The five Anglo-Saxon nations that shared in the National Security Agency’s spying — the United States, Canada, the United Kingdom, New Zealand and Australia — were known as the Five Eyes. As senior journalist Andrew Fowler wrote in his book published that same year, The War on Journalism: Media Moguls, Whistle blowers and the Price of Freedom, these nations saw the world in a similar way.
“Though the United States provides a large amount of the technical hardware the other four countries do their own spying too, much of it on behalf of the NSA. It’s their way of paying back the United States for access to its global spy network. But there is a bigger price the United States charges: obedience to its foreign policy.”
There had been a deliberate dumbing down of the Australian population, and when it came to matters of defence, warfare and international conflict, never more so. While millions around the world took to the streets in 2003 to protest the Iraq War, their voices were ignored. Both the ABC in Australia and the BBC in Britain were heavily criticised by their governments. In Britain defence reporter Andrew Gilligan reported that Blair had sexed up the dossier justifying the invasion of Iraq. In Australia then Communications Minister Richard Alston sent a much publicised and blistering complaint alleging 68 separate incidents of bias in the national broadcaster’s coverage of the war.
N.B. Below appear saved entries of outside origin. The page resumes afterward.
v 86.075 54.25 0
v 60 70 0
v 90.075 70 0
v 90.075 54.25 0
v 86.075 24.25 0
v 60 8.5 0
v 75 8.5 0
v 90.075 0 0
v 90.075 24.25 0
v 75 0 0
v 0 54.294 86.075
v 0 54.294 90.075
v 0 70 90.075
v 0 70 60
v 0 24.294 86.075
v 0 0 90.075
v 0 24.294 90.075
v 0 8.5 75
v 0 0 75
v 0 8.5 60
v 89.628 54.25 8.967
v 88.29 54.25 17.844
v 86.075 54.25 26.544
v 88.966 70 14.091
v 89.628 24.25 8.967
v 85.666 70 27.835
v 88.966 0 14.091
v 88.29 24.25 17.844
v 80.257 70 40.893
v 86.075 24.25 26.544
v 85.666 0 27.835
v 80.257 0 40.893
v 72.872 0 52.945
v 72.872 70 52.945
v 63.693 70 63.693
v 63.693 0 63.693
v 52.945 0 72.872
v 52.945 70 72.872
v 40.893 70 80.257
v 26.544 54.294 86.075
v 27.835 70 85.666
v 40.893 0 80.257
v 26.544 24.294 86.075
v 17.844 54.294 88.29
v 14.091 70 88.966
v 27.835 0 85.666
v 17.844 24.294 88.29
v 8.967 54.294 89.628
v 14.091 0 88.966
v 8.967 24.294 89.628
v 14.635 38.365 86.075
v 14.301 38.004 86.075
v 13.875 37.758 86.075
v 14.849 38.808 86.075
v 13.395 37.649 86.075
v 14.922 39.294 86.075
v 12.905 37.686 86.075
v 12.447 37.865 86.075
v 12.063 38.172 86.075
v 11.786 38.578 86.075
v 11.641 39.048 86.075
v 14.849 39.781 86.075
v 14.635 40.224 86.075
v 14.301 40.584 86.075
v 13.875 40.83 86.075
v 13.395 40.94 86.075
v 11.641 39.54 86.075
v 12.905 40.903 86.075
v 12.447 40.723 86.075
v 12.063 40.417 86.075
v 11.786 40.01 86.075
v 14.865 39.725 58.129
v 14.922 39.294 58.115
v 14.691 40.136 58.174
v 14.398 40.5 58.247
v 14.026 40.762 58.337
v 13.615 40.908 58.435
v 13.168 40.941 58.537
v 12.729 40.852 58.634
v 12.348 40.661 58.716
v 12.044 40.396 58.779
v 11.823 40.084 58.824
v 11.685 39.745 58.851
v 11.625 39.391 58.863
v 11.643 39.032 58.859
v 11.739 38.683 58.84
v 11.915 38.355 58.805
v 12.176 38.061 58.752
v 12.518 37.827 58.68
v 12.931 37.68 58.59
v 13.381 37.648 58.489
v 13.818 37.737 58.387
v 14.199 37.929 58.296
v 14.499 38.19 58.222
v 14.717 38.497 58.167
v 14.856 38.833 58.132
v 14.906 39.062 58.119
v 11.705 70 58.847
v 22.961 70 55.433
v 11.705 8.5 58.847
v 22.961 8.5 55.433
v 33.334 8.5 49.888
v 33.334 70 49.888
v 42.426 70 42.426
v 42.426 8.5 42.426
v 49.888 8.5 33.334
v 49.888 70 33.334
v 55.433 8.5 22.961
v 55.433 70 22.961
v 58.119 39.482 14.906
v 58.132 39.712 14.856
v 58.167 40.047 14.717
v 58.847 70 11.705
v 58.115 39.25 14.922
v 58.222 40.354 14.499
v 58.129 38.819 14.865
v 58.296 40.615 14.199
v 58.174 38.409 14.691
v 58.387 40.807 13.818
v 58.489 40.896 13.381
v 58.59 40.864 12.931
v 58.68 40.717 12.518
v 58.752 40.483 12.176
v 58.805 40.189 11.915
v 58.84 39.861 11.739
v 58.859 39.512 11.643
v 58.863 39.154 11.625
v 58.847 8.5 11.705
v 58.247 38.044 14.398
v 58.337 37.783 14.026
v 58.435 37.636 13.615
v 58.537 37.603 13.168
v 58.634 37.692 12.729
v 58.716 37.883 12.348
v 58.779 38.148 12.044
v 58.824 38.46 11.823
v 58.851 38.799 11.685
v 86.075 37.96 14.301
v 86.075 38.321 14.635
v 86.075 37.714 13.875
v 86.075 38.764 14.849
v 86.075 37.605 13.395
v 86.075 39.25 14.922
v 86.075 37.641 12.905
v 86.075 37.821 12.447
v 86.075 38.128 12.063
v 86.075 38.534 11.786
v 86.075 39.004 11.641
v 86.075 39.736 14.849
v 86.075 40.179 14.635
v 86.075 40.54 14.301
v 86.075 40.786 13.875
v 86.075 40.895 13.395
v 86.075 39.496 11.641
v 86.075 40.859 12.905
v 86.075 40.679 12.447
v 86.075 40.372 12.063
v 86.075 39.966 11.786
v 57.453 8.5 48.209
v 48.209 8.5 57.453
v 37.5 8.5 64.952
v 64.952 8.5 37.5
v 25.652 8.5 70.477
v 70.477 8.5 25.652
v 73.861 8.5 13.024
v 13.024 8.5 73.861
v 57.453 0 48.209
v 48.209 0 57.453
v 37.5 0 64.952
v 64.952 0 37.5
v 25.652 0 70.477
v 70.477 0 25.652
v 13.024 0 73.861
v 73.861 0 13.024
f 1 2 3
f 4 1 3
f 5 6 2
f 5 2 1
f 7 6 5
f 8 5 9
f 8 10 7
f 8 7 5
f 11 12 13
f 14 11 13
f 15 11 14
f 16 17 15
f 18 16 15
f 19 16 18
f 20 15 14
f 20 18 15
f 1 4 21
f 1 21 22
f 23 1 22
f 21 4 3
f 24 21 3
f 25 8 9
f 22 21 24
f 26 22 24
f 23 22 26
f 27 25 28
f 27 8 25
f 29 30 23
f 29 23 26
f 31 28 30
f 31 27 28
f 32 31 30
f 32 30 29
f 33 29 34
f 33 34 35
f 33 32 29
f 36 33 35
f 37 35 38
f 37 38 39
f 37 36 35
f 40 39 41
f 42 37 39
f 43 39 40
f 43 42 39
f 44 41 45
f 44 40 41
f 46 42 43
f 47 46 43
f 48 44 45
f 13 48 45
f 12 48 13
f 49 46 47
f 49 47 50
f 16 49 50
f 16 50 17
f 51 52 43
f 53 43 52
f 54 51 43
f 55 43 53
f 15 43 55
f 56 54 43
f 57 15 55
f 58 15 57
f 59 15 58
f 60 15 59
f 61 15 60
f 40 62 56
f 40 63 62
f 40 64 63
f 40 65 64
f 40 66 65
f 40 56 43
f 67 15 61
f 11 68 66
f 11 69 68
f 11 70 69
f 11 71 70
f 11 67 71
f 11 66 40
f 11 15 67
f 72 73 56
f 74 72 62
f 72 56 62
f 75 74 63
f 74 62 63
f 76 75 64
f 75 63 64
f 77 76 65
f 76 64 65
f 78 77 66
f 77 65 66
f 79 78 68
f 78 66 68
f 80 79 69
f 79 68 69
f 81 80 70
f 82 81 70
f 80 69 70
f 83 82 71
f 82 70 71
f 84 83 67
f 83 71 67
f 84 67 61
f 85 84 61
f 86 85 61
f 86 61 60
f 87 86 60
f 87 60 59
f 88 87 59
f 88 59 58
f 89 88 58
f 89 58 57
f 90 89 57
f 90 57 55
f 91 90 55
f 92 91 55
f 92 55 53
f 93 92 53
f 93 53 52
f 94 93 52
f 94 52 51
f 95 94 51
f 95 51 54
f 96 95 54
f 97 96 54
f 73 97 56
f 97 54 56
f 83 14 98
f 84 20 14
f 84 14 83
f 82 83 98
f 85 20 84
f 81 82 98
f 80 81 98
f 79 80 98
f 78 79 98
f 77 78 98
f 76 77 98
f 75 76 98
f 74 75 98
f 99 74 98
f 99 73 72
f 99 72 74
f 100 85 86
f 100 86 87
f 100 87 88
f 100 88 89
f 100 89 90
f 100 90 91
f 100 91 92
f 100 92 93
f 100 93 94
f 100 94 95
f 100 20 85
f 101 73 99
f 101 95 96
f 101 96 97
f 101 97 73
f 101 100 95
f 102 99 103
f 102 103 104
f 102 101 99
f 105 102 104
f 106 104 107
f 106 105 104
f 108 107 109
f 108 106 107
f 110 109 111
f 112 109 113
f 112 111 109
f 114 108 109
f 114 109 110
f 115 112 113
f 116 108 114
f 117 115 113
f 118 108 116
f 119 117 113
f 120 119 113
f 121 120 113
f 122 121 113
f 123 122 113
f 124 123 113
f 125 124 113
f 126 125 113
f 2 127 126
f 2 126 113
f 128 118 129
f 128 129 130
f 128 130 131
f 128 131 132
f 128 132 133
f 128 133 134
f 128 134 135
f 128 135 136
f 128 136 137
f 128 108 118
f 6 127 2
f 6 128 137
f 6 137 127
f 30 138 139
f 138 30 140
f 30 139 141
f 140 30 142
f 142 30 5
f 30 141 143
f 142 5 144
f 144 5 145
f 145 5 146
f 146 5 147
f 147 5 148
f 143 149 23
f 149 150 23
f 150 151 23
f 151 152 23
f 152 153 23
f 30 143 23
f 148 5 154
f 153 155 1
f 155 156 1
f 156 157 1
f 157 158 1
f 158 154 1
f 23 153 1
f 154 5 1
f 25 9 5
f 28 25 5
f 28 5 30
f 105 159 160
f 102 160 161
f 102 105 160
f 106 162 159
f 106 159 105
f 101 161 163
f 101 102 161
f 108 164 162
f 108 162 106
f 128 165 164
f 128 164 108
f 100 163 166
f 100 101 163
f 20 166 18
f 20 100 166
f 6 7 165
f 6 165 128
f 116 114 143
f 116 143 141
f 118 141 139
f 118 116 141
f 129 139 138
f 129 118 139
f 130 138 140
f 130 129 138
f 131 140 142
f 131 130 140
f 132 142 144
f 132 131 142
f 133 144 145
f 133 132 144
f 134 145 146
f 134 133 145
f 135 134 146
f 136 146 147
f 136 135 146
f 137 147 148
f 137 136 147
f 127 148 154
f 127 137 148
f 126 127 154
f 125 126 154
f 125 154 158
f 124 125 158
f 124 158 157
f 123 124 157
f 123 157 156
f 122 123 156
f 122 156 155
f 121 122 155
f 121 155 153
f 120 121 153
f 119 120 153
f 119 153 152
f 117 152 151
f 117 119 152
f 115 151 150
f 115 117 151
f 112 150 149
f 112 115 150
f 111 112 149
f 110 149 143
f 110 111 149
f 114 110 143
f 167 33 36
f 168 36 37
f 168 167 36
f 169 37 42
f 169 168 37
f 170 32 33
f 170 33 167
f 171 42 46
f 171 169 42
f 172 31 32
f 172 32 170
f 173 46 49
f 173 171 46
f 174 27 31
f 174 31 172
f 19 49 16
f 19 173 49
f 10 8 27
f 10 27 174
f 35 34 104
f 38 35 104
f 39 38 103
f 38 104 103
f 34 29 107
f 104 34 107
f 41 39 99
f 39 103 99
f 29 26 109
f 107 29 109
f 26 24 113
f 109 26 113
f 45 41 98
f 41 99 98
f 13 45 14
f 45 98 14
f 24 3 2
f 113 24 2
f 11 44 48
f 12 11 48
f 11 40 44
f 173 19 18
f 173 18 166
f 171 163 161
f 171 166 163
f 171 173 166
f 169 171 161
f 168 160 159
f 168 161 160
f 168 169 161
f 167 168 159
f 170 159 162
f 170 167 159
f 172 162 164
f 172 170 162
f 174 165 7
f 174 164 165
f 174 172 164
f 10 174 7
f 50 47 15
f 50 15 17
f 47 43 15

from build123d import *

# Parameters (mm, degrees)
BASE_WALL_DEPTH     = 70
BASE_SUPPORT_START  = -61.5
BASE_SUPPORT_DEPTH  = 61.5
SKETCH4_W           = 8
SKETCH4_H           = 30
MOUNT_NOTCH_DEPTH   = 61.5
SKETCH5_R           = 1.65
SCREW_HOLE_M3_DEPTH = 181.5
SKETCH6_W           = 8
SKETCH6_H           = 30
CUT_EXTRUDE4_DEPTH  = 181.5
SKETCH7_R           = 1.65
CUT_EXTRUDE5_DEPTH  = 181.5


with BuildPart() as part:
    # Sketch1 → Base_Wall (new body)
    with BuildSketch(Plane(origin=(0, 0, 0), x_dir=(1, 0, 0), z_dir=(0, 1, 0))):
        with BuildLine():
            Line((75, 0), (90.075, 0))
            ThreePointArc((90.075, 0), (63.692643315, -63.692643315), (0, -90.075))
            Line((0, -90.075), (0, -75))
            ThreePointArc((0, -75), (53.033008589, -53.033008589), (75, 0))
        make_face()
    extrude(amount=BASE_WALL_DEPTH)

    # Sketch3 → Base_Support (add)
    with BuildSketch(Plane(origin=(0, 70, 0), x_dir=(1, 0, 0), z_dir=(0, 1, 0)).offset(BASE_SUPPORT_START)):
        with BuildLine():
            Line((0, -75), (0, -60))
            ThreePointArc((0, -60), (42.426406871, -42.426406871), (60, 0))
            Line((60, 0), (75, 0))
            ThreePointArc((75, 0), (53.033008589, -53.033008589), (0, -75))
        make_face()
    extrude(amount=BASE_SUPPORT_DEPTH)

    # Sketch4 → Mount-Notch (cut)
    with BuildSketch(Plane(origin=(0, 0, 0), x_dir=(-1, 0, 0), z_dir=(0, 0, -1))):
        with Locations((-90.075, 39.25)):
            Rectangle(SKETCH4_W, SKETCH4_H)
    extrude(amount=-MOUNT_NOTCH_DEPTH, mode=Mode.SUBTRACT)

    # Sketch5 → Screw-Hole-M3 (cut)
    with BuildSketch(Plane(origin=(0, 0, 0), x_dir=(0, 0, -1), z_dir=(1, 0, 0))):
        with Locations(Location((-13.272151295, 39.25, 0), (0, 0, 180))):
            Circle(SKETCH5_R)
    extrude(amount=SCREW_HOLE_M3_DEPTH, mode=Mode.SUBTRACT)

    # Sketch6 → Cut-Extrude4 (cut)
    with BuildSketch(Plane.ZY):
        with Locations((90.075, 39.294262642)):
            Rectangle(SKETCH6_W, SKETCH6_H)
    extrude(amount=-CUT_EXTRUDE4_DEPTH, mode=Mode.SUBTRACT)

    # Sketch7 → Cut-Extrude5 (cut)
    with BuildSketch(Plane.XY.offset(86.075)):
        with Locations((13.272151295, 39.294262642)):
            Circle(SKETCH7_R)
    extrude(amount=-CUT_EXTRUDE5_DEPTH, mode=Mode.SUBTRACT)


solid = part.part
Gilligan was ultimately forced to resign. But by 2016, the critics of the war were vindicated.
The collapse in quality journalism wrought by the internet and a shifting in journalistic culture, along with the conduct of media moguls, most particularly Rupert Murdoch, had occurred in a kind of deadly dalliance.
As Fowler records, the primary role of journalism in disclosing inconvenient truths and acting as a counterweight to the excesses of executive government had all but been abandoned. In wartime newspapers have nearly always toed the government line by not reporting sensitive information that might be against what is generally known as the national interest. But in refusing to confront the growing list of misdemeanours of the Iraq and Syrian Wars, by regurgitating government spin rather than questioning it, journalism was paying for slavishly adhering to the argument that the world was engaged in a never-ending War on Terror.
While every military action backfired, and risks to domestic populations steadily grew, nobody questioned the gathering disaster.
The result in Australia was an increasingly disengaged public which knew almost nothing about how the $31.9 billion Defence budget was being spent.
Most Australians had no idea that their country was actively involved in dropping bombs on Iraq and Syria.